*Data for review*.
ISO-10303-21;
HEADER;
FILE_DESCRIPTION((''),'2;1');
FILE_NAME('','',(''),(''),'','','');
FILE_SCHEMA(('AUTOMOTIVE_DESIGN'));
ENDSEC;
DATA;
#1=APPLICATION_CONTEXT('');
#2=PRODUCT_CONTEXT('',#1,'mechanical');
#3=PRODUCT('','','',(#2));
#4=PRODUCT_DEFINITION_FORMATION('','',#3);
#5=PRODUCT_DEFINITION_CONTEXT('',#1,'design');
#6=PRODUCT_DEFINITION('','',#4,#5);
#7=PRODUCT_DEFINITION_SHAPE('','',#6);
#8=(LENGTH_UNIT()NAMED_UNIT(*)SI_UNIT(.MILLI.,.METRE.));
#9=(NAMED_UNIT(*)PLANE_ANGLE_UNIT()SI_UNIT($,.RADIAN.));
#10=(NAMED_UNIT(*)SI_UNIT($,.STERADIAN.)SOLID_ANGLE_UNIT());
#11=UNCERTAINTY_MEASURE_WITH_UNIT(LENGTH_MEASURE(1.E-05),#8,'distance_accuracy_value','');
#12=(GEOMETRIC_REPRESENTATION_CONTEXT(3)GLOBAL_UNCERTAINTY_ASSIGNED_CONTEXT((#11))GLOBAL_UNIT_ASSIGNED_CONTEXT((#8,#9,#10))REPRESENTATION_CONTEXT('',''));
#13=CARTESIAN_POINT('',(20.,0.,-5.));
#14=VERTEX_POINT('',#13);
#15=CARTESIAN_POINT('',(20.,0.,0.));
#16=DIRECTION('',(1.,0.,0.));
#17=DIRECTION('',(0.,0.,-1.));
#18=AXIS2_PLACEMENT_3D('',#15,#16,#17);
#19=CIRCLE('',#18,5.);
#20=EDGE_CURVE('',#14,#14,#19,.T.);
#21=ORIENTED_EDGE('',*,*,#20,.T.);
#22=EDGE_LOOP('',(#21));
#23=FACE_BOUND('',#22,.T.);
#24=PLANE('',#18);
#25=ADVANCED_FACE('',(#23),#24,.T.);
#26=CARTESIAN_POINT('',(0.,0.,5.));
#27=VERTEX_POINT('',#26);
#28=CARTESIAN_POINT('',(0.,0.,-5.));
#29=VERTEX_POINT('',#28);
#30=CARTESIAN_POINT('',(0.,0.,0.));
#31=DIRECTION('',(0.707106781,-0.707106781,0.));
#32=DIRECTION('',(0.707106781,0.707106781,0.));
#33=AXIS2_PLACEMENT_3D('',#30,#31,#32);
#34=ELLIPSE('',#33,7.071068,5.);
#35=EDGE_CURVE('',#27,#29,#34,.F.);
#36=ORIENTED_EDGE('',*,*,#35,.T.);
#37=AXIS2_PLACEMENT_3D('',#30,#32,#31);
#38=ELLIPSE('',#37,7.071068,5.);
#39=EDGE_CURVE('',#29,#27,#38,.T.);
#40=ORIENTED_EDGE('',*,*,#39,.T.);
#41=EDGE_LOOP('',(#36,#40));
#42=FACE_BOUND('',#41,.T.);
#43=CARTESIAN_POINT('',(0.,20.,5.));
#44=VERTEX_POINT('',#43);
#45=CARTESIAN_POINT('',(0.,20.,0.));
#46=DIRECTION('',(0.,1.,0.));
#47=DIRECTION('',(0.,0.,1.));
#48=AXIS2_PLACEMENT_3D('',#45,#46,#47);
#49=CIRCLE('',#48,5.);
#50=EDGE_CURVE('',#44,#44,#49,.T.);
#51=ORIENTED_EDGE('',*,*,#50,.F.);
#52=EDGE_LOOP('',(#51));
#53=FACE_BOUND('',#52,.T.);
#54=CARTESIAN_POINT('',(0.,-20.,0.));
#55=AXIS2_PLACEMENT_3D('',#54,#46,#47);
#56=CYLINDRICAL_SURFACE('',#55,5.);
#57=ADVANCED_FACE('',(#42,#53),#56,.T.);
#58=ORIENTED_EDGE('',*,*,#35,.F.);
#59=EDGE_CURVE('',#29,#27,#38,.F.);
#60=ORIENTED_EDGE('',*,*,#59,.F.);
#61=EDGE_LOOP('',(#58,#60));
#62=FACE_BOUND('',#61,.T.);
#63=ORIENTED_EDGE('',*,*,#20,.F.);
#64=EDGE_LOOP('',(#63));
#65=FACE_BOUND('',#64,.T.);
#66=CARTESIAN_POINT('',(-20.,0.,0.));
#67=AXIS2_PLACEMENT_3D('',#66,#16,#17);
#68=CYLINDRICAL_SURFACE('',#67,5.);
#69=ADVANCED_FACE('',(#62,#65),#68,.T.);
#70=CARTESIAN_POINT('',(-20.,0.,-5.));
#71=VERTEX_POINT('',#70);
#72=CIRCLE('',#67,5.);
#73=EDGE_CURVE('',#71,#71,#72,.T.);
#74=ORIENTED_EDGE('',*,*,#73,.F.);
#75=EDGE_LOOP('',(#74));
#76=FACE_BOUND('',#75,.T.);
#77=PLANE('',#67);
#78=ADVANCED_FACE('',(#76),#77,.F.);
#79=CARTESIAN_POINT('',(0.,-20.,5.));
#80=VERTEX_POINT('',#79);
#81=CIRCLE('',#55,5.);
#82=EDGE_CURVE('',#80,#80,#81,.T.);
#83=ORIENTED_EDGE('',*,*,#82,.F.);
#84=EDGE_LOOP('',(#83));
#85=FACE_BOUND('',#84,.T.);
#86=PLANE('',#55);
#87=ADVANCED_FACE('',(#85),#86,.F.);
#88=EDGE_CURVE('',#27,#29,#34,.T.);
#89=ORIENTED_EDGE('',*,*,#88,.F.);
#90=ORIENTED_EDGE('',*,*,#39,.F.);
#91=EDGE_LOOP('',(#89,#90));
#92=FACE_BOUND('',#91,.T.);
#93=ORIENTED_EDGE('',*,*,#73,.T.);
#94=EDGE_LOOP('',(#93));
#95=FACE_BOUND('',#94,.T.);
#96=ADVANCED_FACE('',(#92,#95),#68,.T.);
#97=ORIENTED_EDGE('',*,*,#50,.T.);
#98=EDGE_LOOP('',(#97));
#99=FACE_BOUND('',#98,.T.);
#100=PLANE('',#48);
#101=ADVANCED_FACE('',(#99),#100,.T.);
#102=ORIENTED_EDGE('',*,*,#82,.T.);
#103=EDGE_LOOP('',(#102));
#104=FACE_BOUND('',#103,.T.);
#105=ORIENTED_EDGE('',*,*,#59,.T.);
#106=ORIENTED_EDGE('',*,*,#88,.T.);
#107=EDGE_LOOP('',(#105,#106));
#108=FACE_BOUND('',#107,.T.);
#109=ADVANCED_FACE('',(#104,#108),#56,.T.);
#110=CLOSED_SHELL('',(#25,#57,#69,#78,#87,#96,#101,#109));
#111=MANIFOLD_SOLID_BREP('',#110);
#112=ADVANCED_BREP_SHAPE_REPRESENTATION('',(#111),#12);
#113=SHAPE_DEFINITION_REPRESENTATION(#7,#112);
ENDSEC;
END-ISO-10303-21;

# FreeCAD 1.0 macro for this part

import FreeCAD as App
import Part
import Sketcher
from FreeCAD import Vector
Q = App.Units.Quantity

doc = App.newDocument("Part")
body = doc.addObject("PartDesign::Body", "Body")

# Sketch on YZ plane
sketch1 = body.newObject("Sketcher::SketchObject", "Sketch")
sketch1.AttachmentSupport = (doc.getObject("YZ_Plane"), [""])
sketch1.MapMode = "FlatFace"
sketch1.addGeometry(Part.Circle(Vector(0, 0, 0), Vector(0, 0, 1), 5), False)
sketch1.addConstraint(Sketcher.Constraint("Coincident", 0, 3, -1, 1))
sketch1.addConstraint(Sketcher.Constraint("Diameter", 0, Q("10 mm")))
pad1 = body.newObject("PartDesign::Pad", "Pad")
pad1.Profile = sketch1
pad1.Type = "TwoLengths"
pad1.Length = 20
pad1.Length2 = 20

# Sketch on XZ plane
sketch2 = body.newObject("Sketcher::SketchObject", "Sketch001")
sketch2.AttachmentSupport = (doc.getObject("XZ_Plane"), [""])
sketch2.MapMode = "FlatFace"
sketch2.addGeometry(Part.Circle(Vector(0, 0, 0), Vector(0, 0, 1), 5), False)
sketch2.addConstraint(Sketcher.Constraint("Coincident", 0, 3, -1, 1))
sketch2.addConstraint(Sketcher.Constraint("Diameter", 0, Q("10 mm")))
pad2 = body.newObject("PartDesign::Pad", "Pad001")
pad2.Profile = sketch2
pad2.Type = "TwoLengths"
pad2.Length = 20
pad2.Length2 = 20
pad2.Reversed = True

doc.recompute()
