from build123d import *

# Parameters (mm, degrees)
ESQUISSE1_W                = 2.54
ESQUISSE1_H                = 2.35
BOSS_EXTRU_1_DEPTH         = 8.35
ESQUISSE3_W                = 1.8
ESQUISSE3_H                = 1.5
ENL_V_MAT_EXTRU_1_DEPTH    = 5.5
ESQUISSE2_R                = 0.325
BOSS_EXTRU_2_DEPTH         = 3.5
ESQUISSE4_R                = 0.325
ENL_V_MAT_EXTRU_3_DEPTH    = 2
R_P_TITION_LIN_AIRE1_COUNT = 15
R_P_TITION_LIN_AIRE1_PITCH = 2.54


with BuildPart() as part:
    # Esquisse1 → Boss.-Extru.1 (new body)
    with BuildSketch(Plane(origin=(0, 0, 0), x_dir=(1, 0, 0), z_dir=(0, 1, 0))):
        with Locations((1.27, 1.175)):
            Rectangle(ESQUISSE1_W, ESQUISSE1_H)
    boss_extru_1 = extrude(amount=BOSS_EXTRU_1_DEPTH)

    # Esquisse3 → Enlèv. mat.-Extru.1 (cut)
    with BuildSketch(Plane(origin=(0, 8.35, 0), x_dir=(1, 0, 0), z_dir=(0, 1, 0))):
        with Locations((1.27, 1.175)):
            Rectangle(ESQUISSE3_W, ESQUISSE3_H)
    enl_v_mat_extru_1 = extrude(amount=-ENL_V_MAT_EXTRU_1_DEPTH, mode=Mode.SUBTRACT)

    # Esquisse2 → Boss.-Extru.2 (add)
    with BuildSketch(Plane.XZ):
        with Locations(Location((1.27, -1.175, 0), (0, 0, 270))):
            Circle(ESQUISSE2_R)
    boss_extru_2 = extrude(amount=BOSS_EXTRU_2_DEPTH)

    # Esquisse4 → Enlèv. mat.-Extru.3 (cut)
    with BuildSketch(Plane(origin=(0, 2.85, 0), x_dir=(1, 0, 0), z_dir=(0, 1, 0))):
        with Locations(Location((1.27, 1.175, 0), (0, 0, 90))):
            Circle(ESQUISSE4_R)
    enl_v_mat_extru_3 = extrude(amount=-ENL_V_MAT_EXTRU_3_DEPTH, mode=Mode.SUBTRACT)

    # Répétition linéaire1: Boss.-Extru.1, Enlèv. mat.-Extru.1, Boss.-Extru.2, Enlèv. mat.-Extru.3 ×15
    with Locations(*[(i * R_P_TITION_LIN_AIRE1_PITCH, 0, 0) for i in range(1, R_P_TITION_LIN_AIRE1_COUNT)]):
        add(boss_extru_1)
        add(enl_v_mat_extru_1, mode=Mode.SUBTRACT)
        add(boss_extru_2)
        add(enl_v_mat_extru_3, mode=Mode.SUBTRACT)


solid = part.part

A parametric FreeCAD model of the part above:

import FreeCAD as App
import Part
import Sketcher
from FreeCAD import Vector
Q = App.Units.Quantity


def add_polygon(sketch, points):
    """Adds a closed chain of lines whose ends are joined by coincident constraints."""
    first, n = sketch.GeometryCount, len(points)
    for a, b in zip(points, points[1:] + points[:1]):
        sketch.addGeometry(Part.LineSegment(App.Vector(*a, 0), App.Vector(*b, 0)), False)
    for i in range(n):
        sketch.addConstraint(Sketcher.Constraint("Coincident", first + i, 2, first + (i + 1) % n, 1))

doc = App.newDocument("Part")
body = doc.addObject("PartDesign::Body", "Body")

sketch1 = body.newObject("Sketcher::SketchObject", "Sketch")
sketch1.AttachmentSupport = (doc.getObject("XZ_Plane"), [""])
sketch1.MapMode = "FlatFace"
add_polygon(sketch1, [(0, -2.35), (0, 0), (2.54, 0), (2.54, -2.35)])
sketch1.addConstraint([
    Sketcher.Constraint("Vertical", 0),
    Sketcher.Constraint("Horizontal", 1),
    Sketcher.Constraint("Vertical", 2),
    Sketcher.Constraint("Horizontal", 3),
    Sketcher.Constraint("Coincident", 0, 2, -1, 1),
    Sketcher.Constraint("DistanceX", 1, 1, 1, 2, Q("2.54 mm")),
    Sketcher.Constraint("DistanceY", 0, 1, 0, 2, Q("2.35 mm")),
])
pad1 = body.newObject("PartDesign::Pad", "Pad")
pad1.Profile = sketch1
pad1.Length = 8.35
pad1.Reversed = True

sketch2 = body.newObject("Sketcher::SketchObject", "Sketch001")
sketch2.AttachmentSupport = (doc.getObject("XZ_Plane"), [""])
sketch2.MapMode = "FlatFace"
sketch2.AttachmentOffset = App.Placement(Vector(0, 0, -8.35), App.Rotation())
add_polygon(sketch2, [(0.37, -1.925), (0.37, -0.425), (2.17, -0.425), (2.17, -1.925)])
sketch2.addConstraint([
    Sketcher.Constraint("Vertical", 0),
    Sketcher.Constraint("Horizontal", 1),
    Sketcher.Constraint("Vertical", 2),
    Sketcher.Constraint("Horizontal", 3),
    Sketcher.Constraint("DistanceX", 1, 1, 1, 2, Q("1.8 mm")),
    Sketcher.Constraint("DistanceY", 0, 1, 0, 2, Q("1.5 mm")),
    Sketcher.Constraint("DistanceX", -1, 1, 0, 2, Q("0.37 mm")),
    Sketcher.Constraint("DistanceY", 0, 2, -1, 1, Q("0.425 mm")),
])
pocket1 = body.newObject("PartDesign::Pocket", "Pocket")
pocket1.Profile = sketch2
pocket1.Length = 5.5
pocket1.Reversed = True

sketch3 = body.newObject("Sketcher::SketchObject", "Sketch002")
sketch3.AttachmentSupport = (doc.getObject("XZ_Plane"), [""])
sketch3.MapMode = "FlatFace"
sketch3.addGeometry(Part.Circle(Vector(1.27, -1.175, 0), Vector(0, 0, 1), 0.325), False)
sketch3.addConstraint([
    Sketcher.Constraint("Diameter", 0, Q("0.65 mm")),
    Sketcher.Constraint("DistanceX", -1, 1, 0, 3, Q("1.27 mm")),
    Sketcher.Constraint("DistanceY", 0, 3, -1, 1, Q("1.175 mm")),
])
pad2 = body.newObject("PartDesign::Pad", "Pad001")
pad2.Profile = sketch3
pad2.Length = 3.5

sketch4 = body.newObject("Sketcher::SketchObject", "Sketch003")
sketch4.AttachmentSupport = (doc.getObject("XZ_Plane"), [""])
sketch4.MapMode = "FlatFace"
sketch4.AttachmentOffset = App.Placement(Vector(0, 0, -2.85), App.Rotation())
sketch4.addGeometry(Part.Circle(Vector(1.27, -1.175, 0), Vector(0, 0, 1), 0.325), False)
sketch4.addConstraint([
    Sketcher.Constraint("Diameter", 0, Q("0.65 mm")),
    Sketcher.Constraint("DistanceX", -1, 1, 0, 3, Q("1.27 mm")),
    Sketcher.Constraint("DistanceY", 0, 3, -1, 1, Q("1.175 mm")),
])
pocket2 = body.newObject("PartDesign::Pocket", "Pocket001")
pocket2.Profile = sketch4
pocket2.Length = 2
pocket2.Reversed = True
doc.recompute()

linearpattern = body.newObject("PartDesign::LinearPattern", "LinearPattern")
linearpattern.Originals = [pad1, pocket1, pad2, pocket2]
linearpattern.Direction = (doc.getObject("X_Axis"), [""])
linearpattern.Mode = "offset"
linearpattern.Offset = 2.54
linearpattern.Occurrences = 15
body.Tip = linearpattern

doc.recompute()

*Problem statement*. Word for word, restate the listing above from its first line to the line with "#26=CARTESIAN_POINT('',(0.,0.,5.));", keeping both.

*Answer below*.
ISO-10303-21;
HEADER;
FILE_DESCRIPTION((''),'2;1');
FILE_NAME('','',(''),(''),'','','');
FILE_SCHEMA(('AUTOMOTIVE_DESIGN'));
ENDSEC;
DATA;
#1=APPLICATION_CONTEXT('');
#2=PRODUCT_CONTEXT('',#1,'mechanical');
#3=PRODUCT('','','',(#2));
#4=PRODUCT_DEFINITION_FORMATION('','',#3);
#5=PRODUCT_DEFINITION_CONTEXT('',#1,'design');
#6=PRODUCT_DEFINITION('','',#4,#5);
#7=PRODUCT_DEFINITION_SHAPE('','',#6);
#8=(LENGTH_UNIT()NAMED_UNIT(*)SI_UNIT(.MILLI.,.METRE.));
#9=(NAMED_UNIT(*)PLANE_ANGLE_UNIT()SI_UNIT($,.RADIAN.));
#10=(NAMED_UNIT(*)SI_UNIT($,.STERADIAN.)SOLID_ANGLE_UNIT());
#11=UNCERTAINTY_MEASURE_WITH_UNIT(LENGTH_MEASURE(1.E-05),#8,'distance_accuracy_value','');
#12=(GEOMETRIC_REPRESENTATION_CONTEXT(3)GLOBAL_UNCERTAINTY_ASSIGNED_CONTEXT((#11))GLOBAL_UNIT_ASSIGNED_CONTEXT((#8,#9,#10))REPRESENTATION_CONTEXT('',''));
#13=CARTESIAN_POINT('',(20.,0.,-5.));
#14=VERTEX_POINT('',#13);
#15=CARTESIAN_POINT('',(20.,0.,0.));
#16=DIRECTION('',(1.,0.,0.));
#17=DIRECTION('',(0.,0.,-1.));
#18=AXIS2_PLACEMENT_3D('',#15,#16,#17);
#19=CIRCLE('',#18,5.);
#20=EDGE_CURVE('',#14,#14,#19,.T.);
#21=ORIENTED_EDGE('',*,*,#20,.T.);
#22=EDGE_LOOP('',(#21));
#23=FACE_BOUND('',#22,.T.);
#24=PLANE('',#18);
#25=ADVANCED_FACE('',(#23),#24,.T.);
#26=CARTESIAN_POINT('',(0.,0.,5.));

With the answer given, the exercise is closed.